Die Frage stellte sich, wie die Europäer darauf reagieren sollen. Frankreichs Regierungschef Fillon sagte: “ Wir wollen gemeinsam die Chance nutzen, beim nächsten europäischen Rat, klare politische Regeln vorzustellen, die die Finanzmärkte stabilisieren. Wir wollen gleichzeitig Instrumente schaffen, die Transparenz und Kontrolle garantieren. Und wir werden unsere Wirtschaften koordinieren. Wie auch in der Krise um Georgien zeigen wir, Europa ist sich einig. Europa funktioniert.”

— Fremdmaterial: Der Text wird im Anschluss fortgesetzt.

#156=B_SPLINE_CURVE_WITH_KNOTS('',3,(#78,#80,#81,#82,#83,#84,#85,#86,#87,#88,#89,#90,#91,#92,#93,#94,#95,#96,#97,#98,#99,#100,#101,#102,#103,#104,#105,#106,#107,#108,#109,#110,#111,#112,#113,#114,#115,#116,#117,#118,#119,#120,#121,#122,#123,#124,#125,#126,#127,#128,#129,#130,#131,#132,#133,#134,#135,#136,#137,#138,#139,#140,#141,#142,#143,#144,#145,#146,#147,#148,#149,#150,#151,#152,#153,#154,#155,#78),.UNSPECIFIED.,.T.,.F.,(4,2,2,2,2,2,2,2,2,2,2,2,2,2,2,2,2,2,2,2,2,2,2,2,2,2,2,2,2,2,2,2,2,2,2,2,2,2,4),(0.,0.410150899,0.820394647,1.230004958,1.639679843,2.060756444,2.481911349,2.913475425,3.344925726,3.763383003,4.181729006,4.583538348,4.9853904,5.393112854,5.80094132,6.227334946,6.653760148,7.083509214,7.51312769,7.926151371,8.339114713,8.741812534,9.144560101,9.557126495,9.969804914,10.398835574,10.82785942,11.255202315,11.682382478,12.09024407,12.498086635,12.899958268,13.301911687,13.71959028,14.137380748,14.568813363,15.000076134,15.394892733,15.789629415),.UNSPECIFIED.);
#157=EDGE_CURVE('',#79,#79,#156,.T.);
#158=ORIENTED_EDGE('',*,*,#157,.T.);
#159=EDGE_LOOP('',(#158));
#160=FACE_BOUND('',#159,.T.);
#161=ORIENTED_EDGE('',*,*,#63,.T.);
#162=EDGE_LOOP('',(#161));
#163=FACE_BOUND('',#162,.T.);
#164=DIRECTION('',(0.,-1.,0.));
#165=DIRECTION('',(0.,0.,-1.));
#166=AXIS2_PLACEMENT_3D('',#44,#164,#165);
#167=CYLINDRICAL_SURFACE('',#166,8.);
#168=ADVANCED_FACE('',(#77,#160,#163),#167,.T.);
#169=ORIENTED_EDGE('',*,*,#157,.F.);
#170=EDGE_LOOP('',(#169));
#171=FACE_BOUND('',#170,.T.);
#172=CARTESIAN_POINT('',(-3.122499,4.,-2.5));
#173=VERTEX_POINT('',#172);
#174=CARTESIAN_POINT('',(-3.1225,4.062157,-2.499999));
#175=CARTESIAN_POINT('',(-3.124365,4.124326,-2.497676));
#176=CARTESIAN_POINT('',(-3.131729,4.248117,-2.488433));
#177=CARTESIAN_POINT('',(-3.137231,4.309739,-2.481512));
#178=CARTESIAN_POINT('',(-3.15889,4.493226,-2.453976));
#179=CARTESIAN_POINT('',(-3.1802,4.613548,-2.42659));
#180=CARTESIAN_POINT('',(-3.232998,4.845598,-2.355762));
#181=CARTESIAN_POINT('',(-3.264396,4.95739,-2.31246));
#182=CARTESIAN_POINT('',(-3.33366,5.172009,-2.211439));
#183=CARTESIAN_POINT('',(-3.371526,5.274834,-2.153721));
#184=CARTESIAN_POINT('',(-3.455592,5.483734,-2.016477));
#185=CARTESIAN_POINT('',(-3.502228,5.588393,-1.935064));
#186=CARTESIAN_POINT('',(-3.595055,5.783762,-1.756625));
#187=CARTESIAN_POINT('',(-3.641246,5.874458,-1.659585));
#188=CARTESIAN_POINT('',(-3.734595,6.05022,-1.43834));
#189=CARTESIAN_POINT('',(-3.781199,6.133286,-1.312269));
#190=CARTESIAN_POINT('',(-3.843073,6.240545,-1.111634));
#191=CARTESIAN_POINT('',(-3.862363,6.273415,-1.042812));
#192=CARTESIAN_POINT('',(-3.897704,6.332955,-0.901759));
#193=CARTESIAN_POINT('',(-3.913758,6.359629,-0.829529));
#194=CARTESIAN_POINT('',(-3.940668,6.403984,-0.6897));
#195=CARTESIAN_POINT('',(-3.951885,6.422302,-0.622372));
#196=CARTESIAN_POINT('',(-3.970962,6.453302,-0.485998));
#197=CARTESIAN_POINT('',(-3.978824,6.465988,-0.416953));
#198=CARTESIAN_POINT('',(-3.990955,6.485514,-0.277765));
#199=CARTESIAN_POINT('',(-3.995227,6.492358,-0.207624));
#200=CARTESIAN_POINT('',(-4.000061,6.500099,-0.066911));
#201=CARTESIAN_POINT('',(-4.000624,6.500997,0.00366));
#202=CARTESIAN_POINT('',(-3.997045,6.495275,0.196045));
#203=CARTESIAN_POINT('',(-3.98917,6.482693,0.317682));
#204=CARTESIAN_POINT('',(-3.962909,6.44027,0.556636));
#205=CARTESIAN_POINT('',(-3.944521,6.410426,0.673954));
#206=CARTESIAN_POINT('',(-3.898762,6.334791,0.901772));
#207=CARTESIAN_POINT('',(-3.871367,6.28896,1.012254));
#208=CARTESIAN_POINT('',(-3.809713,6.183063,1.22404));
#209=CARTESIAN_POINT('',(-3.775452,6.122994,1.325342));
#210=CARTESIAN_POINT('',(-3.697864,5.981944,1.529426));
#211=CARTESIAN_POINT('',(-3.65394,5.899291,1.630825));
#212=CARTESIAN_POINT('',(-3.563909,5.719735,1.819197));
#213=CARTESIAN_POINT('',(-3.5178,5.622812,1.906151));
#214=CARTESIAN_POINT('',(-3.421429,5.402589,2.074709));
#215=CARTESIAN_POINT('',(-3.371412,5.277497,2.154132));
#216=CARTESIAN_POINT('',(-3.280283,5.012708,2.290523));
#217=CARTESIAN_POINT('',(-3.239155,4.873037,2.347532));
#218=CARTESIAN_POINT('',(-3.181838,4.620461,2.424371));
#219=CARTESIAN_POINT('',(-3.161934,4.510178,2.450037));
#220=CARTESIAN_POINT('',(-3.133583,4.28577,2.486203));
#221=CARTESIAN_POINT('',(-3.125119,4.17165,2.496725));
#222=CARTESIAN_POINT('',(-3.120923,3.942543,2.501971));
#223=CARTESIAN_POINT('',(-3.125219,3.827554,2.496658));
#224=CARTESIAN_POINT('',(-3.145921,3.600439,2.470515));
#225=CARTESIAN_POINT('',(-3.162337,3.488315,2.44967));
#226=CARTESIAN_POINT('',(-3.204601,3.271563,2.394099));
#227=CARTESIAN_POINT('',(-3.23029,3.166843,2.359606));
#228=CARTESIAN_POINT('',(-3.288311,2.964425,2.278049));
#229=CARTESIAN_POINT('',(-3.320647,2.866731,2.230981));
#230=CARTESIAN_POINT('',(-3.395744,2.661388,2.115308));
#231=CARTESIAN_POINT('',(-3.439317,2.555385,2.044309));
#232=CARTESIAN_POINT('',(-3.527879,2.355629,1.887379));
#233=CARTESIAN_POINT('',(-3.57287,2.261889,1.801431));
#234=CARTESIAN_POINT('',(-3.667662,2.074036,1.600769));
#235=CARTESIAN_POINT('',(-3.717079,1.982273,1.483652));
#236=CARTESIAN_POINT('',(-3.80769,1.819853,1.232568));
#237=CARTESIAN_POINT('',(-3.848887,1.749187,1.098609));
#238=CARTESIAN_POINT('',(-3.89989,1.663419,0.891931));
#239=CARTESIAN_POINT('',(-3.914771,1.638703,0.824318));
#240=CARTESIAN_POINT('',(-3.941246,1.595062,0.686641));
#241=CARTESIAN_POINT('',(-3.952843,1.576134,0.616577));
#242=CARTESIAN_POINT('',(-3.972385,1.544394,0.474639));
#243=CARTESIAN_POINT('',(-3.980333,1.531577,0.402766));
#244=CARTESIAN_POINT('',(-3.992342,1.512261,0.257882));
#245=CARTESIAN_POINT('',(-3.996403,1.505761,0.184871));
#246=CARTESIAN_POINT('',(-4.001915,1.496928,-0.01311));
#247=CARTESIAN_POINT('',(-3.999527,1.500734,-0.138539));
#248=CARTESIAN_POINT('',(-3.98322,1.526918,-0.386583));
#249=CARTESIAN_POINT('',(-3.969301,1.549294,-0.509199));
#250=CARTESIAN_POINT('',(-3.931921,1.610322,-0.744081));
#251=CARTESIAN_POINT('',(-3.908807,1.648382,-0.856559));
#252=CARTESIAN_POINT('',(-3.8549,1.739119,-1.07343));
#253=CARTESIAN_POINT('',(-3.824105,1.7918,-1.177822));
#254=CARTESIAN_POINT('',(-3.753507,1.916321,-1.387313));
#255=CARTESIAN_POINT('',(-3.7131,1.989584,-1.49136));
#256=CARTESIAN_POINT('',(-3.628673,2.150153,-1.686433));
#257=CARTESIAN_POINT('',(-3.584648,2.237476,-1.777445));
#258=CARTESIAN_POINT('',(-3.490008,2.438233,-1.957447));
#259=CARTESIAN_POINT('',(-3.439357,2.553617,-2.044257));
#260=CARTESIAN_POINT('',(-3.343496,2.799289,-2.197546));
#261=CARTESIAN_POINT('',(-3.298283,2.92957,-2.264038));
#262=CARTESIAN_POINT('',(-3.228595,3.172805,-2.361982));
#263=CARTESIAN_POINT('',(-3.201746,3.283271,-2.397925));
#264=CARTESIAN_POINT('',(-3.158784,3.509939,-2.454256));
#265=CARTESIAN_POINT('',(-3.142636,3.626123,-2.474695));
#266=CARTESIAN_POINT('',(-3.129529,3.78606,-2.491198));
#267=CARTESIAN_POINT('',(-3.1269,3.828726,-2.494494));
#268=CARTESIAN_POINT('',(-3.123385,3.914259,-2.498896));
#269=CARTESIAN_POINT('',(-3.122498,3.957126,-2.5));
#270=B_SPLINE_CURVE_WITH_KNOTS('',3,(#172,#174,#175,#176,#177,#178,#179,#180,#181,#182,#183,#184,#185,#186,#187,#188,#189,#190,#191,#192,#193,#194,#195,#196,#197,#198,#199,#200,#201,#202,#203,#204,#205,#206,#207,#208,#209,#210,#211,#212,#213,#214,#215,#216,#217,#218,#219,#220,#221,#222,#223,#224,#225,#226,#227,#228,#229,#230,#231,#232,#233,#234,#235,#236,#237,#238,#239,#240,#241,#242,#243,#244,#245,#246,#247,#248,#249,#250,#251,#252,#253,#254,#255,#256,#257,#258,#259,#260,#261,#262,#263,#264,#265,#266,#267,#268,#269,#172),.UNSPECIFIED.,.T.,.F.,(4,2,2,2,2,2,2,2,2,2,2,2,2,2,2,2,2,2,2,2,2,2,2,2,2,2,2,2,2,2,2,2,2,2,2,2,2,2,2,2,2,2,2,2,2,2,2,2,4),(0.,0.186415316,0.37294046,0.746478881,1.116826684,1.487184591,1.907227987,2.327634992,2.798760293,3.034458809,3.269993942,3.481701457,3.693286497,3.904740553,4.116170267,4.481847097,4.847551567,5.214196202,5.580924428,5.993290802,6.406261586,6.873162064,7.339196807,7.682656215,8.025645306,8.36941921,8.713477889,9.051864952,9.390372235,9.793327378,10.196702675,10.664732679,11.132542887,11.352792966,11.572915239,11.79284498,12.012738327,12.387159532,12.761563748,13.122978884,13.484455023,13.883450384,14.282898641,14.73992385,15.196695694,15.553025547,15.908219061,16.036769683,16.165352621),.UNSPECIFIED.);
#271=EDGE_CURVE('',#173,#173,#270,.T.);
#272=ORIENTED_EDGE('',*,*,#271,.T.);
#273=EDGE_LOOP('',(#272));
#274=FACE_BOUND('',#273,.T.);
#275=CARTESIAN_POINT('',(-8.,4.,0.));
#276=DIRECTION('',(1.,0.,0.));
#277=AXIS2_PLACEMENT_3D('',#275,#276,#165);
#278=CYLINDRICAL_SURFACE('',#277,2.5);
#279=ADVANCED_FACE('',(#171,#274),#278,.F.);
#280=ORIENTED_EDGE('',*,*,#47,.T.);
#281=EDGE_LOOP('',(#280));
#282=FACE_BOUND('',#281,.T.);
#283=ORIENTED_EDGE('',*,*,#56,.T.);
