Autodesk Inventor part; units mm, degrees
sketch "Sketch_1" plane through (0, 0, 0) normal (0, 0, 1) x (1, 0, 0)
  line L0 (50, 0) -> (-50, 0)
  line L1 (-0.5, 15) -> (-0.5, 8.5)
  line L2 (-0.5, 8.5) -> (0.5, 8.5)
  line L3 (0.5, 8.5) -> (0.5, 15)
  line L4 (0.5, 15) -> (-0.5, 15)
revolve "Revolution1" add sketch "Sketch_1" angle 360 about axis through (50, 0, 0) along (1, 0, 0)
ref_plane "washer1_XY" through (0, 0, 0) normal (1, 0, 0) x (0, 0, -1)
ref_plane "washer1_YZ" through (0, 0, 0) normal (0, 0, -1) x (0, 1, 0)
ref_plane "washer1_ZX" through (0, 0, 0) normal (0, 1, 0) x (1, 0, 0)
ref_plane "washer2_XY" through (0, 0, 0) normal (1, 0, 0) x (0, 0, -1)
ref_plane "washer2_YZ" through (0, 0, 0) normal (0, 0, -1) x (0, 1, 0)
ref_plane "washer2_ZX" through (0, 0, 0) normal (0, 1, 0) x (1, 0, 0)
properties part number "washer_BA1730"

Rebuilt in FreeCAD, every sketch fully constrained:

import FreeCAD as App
import Part
import Sketcher

V = App.Vector
Q = App.Units.Quantity


def add_polygon(sketch, points):
    """Adds a closed chain of lines whose ends are joined by coincident constraints."""
    first, n = sketch.GeometryCount, len(points)
    for a, b in zip(points, points[1:] + points[:1]):
        sketch.addGeometry(Part.LineSegment(App.Vector(*a, 0), App.Vector(*b, 0)), False)
    for i in range(n):
        sketch.addConstraint(Sketcher.Constraint("Coincident", first + i, 2, first + (i + 1) % n, 1))

doc = App.newDocument("Part")
body = doc.addObject("PartDesign::Body", "Body")

# Sketch on XY plane
sketch1 = body.newObject("Sketcher::SketchObject", "Sketch")
sketch1.AttachmentSupport = (doc.getObject("XY_Plane"), [""])
sketch1.MapMode = "FlatFace"
add_polygon(sketch1, [(0.5, 15), (-0.5, 15), (-0.5, 8.5), (0.5, 8.5)])  # lines 0-3
sketch1.addConstraint([
    Sketcher.Constraint("Horizontal", 0),
    Sketcher.Constraint("Vertical", 1),
    Sketcher.Constraint("Horizontal", 2),
    Sketcher.Constraint("Vertical", 3),
    Sketcher.Constraint("DistanceX", 0, 2, 0, 1, Q("1 mm")),
    Sketcher.Constraint("DistanceY", 1, 2, 1, 1, Q("6.5 mm")),
    Sketcher.Constraint("DistanceY", -1, 1, 0, 2, Q("15 mm")),
    Sketcher.Constraint("DistanceX", 0, 2, -1, 1, Q("0.5 mm")),
])
revolution = body.newObject("PartDesign::Revolution", "Revolution")
revolution.Profile = sketch1
revolution.ReferenceAxis = (sketch1, ["H_Axis"])
revolution.Angle = 360

doc.recompute()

Im Grand Hotel diskutierten die politischen Spitzen darüber, wie sie ihr Europäisches Ideen-Netzwerk etablieren können.

Das Nein der Iren zum Verfassungsvertrag spielte dabei keine Rolle, zu schwerwiegend ist die Krise an den weltweiten Finanzmärkten. EU-Kommissionspräsident Barroso meinte: “ Schon seit langem fordert die Kommission, daß sie mehr Einfluß in diesem Bereich bekommt. Damit sie auch weltweit agieren kann.”

Die Ergebnisse dieses Treffens werden beim nächsten Rat im Oktober vorgestellt.